Recognizing multiples is easy only for the “simple” ones, i.e., those whose travel time is (about) twice that of the corresponding primaries. In that case, the related signal amplitude is also relatively prominent. Peg-leg and intrabed multiples are weaker and more challenging, requiring ideally a preliminary tentative selection and a careful comparison of travel times: to the travel time of a deep primary, we must add the travel time of the seafloor or the estimated transit time across some layer interval. Often, this can be performed safely only in limited parts of a survey.
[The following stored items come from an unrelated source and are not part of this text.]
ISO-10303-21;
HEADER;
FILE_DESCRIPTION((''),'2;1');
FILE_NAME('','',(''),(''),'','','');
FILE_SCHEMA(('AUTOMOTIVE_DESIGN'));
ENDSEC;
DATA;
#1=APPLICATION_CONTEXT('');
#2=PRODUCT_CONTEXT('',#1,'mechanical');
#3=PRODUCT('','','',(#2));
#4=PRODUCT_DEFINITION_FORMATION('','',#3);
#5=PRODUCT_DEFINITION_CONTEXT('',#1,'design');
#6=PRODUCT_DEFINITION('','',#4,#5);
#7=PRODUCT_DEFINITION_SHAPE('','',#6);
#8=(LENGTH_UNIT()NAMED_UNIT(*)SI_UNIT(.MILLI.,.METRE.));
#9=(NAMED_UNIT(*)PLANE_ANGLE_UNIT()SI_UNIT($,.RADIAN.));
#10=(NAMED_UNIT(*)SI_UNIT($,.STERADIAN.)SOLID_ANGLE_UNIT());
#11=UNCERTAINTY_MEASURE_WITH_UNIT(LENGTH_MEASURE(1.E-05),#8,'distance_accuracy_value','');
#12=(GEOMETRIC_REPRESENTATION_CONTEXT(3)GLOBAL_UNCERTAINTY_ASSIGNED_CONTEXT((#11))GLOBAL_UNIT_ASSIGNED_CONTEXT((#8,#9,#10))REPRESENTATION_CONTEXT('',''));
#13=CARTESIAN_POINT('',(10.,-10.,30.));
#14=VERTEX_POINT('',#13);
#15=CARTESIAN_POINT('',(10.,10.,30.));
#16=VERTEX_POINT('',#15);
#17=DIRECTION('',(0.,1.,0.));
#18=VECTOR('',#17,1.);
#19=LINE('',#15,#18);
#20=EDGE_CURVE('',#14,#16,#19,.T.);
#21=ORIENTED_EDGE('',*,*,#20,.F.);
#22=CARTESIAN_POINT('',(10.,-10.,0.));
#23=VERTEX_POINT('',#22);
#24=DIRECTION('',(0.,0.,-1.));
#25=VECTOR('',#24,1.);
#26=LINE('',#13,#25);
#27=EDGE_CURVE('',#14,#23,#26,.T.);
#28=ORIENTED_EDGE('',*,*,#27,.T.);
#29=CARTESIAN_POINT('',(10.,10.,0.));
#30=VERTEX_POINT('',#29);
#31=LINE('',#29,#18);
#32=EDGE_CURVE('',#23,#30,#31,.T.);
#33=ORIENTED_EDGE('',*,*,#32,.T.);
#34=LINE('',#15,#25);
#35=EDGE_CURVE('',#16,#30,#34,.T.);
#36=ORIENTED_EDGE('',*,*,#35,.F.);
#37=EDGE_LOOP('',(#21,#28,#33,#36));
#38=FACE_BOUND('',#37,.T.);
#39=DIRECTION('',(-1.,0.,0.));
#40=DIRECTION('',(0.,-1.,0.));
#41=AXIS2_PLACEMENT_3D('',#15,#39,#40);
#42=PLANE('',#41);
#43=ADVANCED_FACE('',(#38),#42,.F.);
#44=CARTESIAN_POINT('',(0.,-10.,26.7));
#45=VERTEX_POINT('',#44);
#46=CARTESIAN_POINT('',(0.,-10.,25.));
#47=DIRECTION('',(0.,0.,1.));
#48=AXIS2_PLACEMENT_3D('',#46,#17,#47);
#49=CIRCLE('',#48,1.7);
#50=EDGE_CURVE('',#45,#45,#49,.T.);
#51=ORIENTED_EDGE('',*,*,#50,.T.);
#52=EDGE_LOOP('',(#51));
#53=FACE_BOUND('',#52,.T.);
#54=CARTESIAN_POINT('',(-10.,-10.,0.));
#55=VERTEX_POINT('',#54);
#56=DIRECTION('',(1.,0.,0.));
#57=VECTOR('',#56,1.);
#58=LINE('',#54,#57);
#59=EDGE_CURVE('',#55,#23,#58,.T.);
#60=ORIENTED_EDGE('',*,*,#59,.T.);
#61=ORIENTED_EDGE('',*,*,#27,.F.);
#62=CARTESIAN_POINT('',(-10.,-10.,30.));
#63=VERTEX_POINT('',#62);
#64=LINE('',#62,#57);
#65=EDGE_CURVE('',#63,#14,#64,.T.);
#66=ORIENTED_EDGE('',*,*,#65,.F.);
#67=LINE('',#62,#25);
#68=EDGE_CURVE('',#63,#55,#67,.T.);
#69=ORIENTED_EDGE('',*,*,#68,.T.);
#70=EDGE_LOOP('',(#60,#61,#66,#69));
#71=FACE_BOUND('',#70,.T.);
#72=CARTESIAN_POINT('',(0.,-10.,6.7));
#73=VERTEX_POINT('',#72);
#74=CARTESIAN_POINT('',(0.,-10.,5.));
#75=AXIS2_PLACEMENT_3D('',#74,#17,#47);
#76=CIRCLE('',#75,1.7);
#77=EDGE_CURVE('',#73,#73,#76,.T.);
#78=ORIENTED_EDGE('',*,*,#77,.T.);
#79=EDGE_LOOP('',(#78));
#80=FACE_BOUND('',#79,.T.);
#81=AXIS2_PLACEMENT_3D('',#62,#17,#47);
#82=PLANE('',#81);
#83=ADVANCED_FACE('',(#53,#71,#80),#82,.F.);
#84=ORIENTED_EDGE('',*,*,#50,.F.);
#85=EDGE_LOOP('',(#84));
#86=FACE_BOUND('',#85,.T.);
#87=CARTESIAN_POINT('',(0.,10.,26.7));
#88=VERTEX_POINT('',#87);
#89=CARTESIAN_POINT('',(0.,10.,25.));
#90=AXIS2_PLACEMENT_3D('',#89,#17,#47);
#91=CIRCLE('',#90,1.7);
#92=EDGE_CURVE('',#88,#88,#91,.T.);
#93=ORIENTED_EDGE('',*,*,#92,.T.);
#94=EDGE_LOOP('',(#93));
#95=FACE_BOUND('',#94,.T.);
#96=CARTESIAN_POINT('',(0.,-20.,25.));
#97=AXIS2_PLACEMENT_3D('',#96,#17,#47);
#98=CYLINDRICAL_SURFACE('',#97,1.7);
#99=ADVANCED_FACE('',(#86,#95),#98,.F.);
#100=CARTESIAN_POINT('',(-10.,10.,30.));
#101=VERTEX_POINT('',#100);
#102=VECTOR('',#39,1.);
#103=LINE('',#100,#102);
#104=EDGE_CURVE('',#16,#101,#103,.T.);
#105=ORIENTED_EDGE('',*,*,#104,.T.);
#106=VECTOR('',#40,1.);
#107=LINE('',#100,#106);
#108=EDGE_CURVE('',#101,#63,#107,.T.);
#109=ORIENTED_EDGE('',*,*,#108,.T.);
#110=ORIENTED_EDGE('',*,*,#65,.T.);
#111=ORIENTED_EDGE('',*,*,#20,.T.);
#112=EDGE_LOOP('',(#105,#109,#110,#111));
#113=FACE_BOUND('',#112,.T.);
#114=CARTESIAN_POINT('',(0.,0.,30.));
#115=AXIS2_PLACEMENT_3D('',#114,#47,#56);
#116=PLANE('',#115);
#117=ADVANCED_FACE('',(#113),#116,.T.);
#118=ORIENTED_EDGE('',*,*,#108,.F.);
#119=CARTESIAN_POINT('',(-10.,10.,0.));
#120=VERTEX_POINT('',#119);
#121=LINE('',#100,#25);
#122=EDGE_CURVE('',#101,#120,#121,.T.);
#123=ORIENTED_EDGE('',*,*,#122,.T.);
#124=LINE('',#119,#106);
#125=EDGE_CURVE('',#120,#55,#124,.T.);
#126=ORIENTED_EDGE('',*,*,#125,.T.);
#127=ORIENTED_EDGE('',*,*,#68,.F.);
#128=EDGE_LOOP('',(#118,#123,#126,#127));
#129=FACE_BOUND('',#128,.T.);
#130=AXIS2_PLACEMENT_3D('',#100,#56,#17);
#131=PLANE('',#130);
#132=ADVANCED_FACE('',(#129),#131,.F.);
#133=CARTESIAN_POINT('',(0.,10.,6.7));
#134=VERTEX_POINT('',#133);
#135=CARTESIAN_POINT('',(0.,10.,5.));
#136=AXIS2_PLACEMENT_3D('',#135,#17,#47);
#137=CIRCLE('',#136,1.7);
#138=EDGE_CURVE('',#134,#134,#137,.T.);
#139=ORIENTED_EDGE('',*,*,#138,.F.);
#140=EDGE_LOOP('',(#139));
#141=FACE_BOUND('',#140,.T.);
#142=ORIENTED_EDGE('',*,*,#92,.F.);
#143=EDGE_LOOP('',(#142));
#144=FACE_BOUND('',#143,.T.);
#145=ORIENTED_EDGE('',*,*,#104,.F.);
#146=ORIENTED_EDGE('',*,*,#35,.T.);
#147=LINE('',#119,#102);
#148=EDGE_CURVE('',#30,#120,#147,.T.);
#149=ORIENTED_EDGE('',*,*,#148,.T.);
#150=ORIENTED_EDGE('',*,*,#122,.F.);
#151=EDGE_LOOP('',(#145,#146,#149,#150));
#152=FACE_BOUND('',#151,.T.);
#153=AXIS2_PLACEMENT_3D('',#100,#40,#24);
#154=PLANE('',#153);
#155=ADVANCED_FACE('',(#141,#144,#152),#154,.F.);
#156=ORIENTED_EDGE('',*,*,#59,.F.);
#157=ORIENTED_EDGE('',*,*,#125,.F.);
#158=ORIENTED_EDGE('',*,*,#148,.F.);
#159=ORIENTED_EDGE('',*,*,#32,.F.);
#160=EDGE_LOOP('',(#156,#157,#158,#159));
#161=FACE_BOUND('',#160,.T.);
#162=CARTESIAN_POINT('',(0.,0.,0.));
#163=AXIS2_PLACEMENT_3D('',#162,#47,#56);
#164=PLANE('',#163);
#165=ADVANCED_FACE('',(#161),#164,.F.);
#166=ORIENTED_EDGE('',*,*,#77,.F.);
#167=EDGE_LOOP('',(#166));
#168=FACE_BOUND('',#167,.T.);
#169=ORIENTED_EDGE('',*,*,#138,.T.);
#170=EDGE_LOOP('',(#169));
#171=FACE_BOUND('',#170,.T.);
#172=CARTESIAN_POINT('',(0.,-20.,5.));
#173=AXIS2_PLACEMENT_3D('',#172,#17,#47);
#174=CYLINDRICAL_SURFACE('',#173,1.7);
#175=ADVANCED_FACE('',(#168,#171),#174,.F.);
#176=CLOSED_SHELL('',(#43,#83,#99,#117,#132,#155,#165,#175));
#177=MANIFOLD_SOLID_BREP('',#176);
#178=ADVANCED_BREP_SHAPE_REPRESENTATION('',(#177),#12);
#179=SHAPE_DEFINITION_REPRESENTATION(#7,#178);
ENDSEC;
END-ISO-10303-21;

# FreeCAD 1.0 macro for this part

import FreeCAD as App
import Part
import Sketcher
from FreeCAD import Vector
Q = App.Units.Quantity

doc = App.newDocument("Part")
body = doc.addObject("PartDesign::Body", "Body")

sketch1 = body.newObject("Sketcher::SketchObject", "Sketch")
sketch1.AttachmentSupport = (doc.getObject("XY_Plane"), [""])
sketch1.MapMode = "FlatFace"
sketch1.addGeometry([
    Part.LineSegment(Vector(-10, 10, 0), Vector(-10, -10, 0)),
    Part.LineSegment(Vector(-10, -10, 0), Vector(10, -10, 0)),
    Part.LineSegment(Vector(10, -10, 0), Vector(10, 10, 0)),
    Part.LineSegment(Vector(10, 10, 0), Vector(-10, 10, 0)),
], False)
sketch1.addConstraint([
    Sketcher.Constraint("Coincident", 0, 2, 1, 1),
    Sketcher.Constraint("Coincident", 1, 2, 2, 1),
    Sketcher.Constraint("Coincident", 2, 2, 3, 1),
    Sketcher.Constraint("Coincident", 3, 2, 0, 1),
    Sketcher.Constraint("Vertical", 0),
    Sketcher.Constraint("Horizontal", 1),
    Sketcher.Constraint("Vertical", 2),
    Sketcher.Constraint("Horizontal", 3),
    Sketcher.Constraint("Symmetric", 0, 2, 2, 2, -1, 1),
    Sketcher.Constraint("Equal", 3, 0),
    Sketcher.Constraint("DistanceX", 1, 1, 1, 2, Q("20 mm")),
])
pad1 = body.newObject("PartDesign::Pad", "Pad")
pad1.Profile = sketch1
pad1.Length = 30

sketch2 = body.newObject("Sketcher::SketchObject", "Sketch001")
sketch2.AttachmentSupport = (doc.getObject("XZ_Plane"), [""])
sketch2.MapMode = "FlatFace"
sketch2.AttachmentOffset = App.Placement(Vector(0, 0, -10), App.Rotation())
sketch2.addGeometry([
    Part.Circle(Vector(0, 5, 0), Vector(0, 0, 1), 1.7),
    Part.Circle(Vector(0, 25, 0), Vector(0, 0, 1), 1.7),
], False)
sketch2.addConstraint([
    Sketcher.Constraint("Equal", 0, 1),
    Sketcher.Constraint("PointOnObject", 0, 3, -2),
    Sketcher.Constraint("PointOnObject", 1, 3, -2),
    Sketcher.Constraint("Diameter", 0, Q("3.4 mm")),
    Sketcher.Constraint("DistanceY", -1, 1, 0, 3, Q("5 mm")),
    Sketcher.Constraint("DistanceY", -1, 1, 1, 3, Q("25 mm")),
])
pocket1 = body.newObject("PartDesign::Pocket", "Pocket")
pocket1.Profile = sketch2
pocket1.Length = 30
pocket1.Reversed = True

doc.recompute()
The presented equations and method assume horizontal interfaces layers and homogeneous layers. When minor deviations from these hypotheses occur, the result is acceptable. Otherwise, a full tomographic approach and multichannel surveys are needed.

6. Conclusions

We presented an algorithm for estimating the velocity and thickness of a layer below the seafloor by a monochannel acquisition system, by inverting the travel time of direct arrivals, as well as primary and multiple reflections. A nonlinear set of equations was obtained that can be solved numerically with high precision. However, when measurement errors occur in the input data, due to travel-time selection errors or just ambient noise in the survey, severe instabilities emerged. We showed that a very short offset (2.5 m) can estimate only the layer thickness fairly, while at least a 10 m offset is needed to predict the layer velocity within an acceptable error range.

Real data processing provides additional challenges. A high-frequency source such as a Boomer emits a signal that is rapidly absorbed by the shallow marine sediments. This absorption modifies the signal waveform during its propagation so that direct arrivals, primaries, and multiples have different delays between their first onset and their peak. We showed that a shift may be needed to improve inversion accuracy if the time break of a waveform can be hardly distinguished from the background noise.

Our method for estimating velocity and thickness in a layer below the seafloor using a peg-leg multiple was validated by a real dataset, i.e., a short-offset Boomer survey acquired at the Gulf of Trieste (Northern Adriatic Sea). The obtained values were in good agreement with studies in a nearby area, where borehole ties are also available.